▶ **TASK STATEMENT**
Output all the records below, word for word.
==== ENTRIES SUPPLIED
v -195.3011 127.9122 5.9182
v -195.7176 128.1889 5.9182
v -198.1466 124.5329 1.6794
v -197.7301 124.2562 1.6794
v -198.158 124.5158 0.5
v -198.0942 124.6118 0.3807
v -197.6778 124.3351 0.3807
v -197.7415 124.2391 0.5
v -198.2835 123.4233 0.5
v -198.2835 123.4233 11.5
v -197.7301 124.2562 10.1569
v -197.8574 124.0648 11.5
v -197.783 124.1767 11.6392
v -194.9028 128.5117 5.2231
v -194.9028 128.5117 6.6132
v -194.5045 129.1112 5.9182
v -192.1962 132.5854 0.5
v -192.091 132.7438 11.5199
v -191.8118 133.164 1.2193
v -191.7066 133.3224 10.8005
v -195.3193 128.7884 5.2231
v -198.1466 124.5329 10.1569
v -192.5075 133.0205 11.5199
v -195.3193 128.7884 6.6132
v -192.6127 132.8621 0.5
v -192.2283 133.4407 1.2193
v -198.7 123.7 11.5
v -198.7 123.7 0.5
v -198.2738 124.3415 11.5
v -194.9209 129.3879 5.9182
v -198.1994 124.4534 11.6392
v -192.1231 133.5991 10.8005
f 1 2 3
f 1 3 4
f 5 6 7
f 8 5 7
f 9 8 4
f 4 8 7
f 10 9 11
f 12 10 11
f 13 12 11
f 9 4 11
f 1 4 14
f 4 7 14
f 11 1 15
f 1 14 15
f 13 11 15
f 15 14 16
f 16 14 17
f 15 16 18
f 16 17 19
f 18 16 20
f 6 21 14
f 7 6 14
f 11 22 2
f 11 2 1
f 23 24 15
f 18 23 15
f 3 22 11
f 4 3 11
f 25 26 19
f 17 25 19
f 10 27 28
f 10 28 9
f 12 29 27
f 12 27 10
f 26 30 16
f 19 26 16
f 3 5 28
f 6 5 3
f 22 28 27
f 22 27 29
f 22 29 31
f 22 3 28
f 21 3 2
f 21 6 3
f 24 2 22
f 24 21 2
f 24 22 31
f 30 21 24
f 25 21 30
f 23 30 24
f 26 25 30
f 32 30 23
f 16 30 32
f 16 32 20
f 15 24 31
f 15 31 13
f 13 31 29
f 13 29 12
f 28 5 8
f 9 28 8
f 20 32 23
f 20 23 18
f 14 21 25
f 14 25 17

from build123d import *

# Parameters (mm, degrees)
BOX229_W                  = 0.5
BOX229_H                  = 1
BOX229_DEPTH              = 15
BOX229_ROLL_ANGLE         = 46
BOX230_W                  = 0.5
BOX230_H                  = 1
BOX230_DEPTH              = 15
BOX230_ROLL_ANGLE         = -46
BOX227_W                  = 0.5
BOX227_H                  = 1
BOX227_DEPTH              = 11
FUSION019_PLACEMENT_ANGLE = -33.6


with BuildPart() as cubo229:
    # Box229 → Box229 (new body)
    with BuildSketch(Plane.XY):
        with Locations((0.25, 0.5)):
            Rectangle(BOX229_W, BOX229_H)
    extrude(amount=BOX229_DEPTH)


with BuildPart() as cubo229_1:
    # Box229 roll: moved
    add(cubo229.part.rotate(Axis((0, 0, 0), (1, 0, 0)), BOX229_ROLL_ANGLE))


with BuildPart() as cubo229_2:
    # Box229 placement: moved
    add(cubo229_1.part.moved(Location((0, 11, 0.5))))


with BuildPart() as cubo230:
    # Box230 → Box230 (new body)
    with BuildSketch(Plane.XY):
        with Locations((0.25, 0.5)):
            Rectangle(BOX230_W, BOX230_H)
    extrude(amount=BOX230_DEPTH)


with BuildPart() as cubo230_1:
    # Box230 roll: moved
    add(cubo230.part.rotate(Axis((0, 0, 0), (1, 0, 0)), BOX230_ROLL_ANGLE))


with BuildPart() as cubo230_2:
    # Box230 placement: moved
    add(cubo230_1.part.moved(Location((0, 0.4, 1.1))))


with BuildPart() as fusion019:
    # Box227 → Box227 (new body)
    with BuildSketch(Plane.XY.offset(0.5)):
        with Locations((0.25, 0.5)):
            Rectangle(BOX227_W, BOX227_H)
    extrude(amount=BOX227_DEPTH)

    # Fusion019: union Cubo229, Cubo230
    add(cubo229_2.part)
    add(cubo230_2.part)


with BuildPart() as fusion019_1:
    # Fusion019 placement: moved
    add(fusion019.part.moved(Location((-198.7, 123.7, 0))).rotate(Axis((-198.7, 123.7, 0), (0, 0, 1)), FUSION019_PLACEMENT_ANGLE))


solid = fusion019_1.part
========
▶ **TASK SOLUTION**
v -195.3011 127.9122 5.9182
v -195.7176 128.1889 5.9182
v -198.1466 124.5329 1.6794
v -197.7301 124.2562 1.6794
v -198.158 124.5158 0.5
v -198.0942 124.6118 0.3807
v -197.6778 124.3351 0.3807
v -197.7415 124.2391 0.5
v -198.2835 123.4233 0.5
v -198.2835 123.4233 11.5
v -197.7301 124.2562 10.1569
v -197.8574 124.0648 11.5
v -197.783 124.1767 11.6392
v -194.9028 128.5117 5.2231
v -194.9028 128.5117 6.6132
v -194.5045 129.1112 5.9182
v -192.1962 132.5854 0.5
v -192.091 132.7438 11.5199
v -191.8118 133.164 1.2193
v -191.7066 133.3224 10.8005
v -195.3193 128.7884 5.2231
v -198.1466 124.5329 10.1569
v -192.5075 133.0205 11.5199
v -195.3193 128.7884 6.6132
v -192.6127 132.8621 0.5
v -192.2283 133.4407 1.2193
v -198.7 123.7 11.5
v -198.7 123.7 0.5
v -198.2738 124.3415 11.5
v -194.9209 129.3879 5.9182
v -198.1994 124.4534 11.6392
v -192.1231 133.5991 10.8005
f 1 2 3
f 1 3 4
f 5 6 7
f 8 5 7
f 9 8 4
f 4 8 7
f 10 9 11
f 12 10 11
f 13 12 11
f 9 4 11
f 1 4 14
f 4 7 14
f 11 1 15
f 1 14 15
f 13 11 15
f 15 14 16
f 16 14 17
f 15 16 18
f 16 17 19
f 18 16 20
f 6 21 14
f 7 6 14
f 11 22 2
f 11 2 1
f 23 24 15
f 18 23 15
f 3 22 11
f 4 3 11
f 25 26 19
f 17 25 19
f 10 27 28
f 10 28 9
f 12 29 27
f 12 27 10
f 26 30 16
f 19 26 16
f 3 5 28
f 6 5 3
f 22 28 27
f 22 27 29
f 22 29 31
f 22 3 28
f 21 3 2
f 21 6 3
f 24 2 22
f 24 21 2
f 24 22 31
f 30 21 24
f 25 21 30
f 23 30 24
f 26 25 30
f 32 30 23
f 16 30 32
f 16 32 20
f 15 24 31
f 15 31 13
f 13 31 29
f 13 29 12
f 28 5 8
f 9 28 8
f 20 32 23
f 20 23 18
f 14 21 25
f 14 25 17

from build123d import *

# Parameters (mm, degrees)
BOX229_W                  = 0.5
BOX229_H                  = 1
BOX229_DEPTH              = 15
BOX229_ROLL_ANGLE         = 46
BOX230_W                  = 0.5
BOX230_H                  = 1
BOX230_DEPTH              = 15
BOX230_ROLL_ANGLE         = -46
BOX227_W                  = 0.5
BOX227_H                  = 1
BOX227_DEPTH              = 11
FUSION019_PLACEMENT_ANGLE = -33.6


with BuildPart() as cubo229:
    # Box229 → Box229 (new body)
    with BuildSketch(Plane.XY):
        with Locations((0.25, 0.5)):
            Rectangle(BOX229_W, BOX229_H)
    extrude(amount=BOX229_DEPTH)


with BuildPart() as cubo229_1:
    # Box229 roll: moved
    add(cubo229.part.rotate(Axis((0, 0, 0), (1, 0, 0)), BOX229_ROLL_ANGLE))


with BuildPart() as cubo229_2:
    # Box229 placement: moved
    add(cubo229_1.part.moved(Location((0, 11, 0.5))))


with BuildPart() as cubo230:
    # Box230 → Box230 (new body)
    with BuildSketch(Plane.XY):
        with Locations((0.25, 0.5)):
            Rectangle(BOX230_W, BOX230_H)
    extrude(amount=BOX230_DEPTH)


with BuildPart() as cubo230_1:
    # Box230 roll: moved
    add(cubo230.part.rotate(Axis((0, 0, 0), (1, 0, 0)), BOX230_ROLL_ANGLE))


with BuildPart() as cubo230_2:
    # Box230 placement: moved
    add(cubo230_1.part.moved(Location((0, 0.4, 1.1))))


with BuildPart() as fusion019:
    # Box227 → Box227 (new body)
    with BuildSketch(Plane.XY.offset(0.5)):
        with Locations((0.25, 0.5)):
            Rectangle(BOX227_W, BOX227_H)
    extrude(amount=BOX227_DEPTH)

    # Fusion019: union Cubo229, Cubo230
    add(cubo229_2.part)
    add(cubo230_2.part)


with BuildPart() as fusion019_1:
    # Fusion019 placement: moved
    add(fusion019.part.moved(Location((-198.7, 123.7, 0))).rotate(Axis((-198.7, 123.7, 0), (0, 0, 1)), FUSION019_PLACEMENT_ANGLE))


solid = fusion019_1.part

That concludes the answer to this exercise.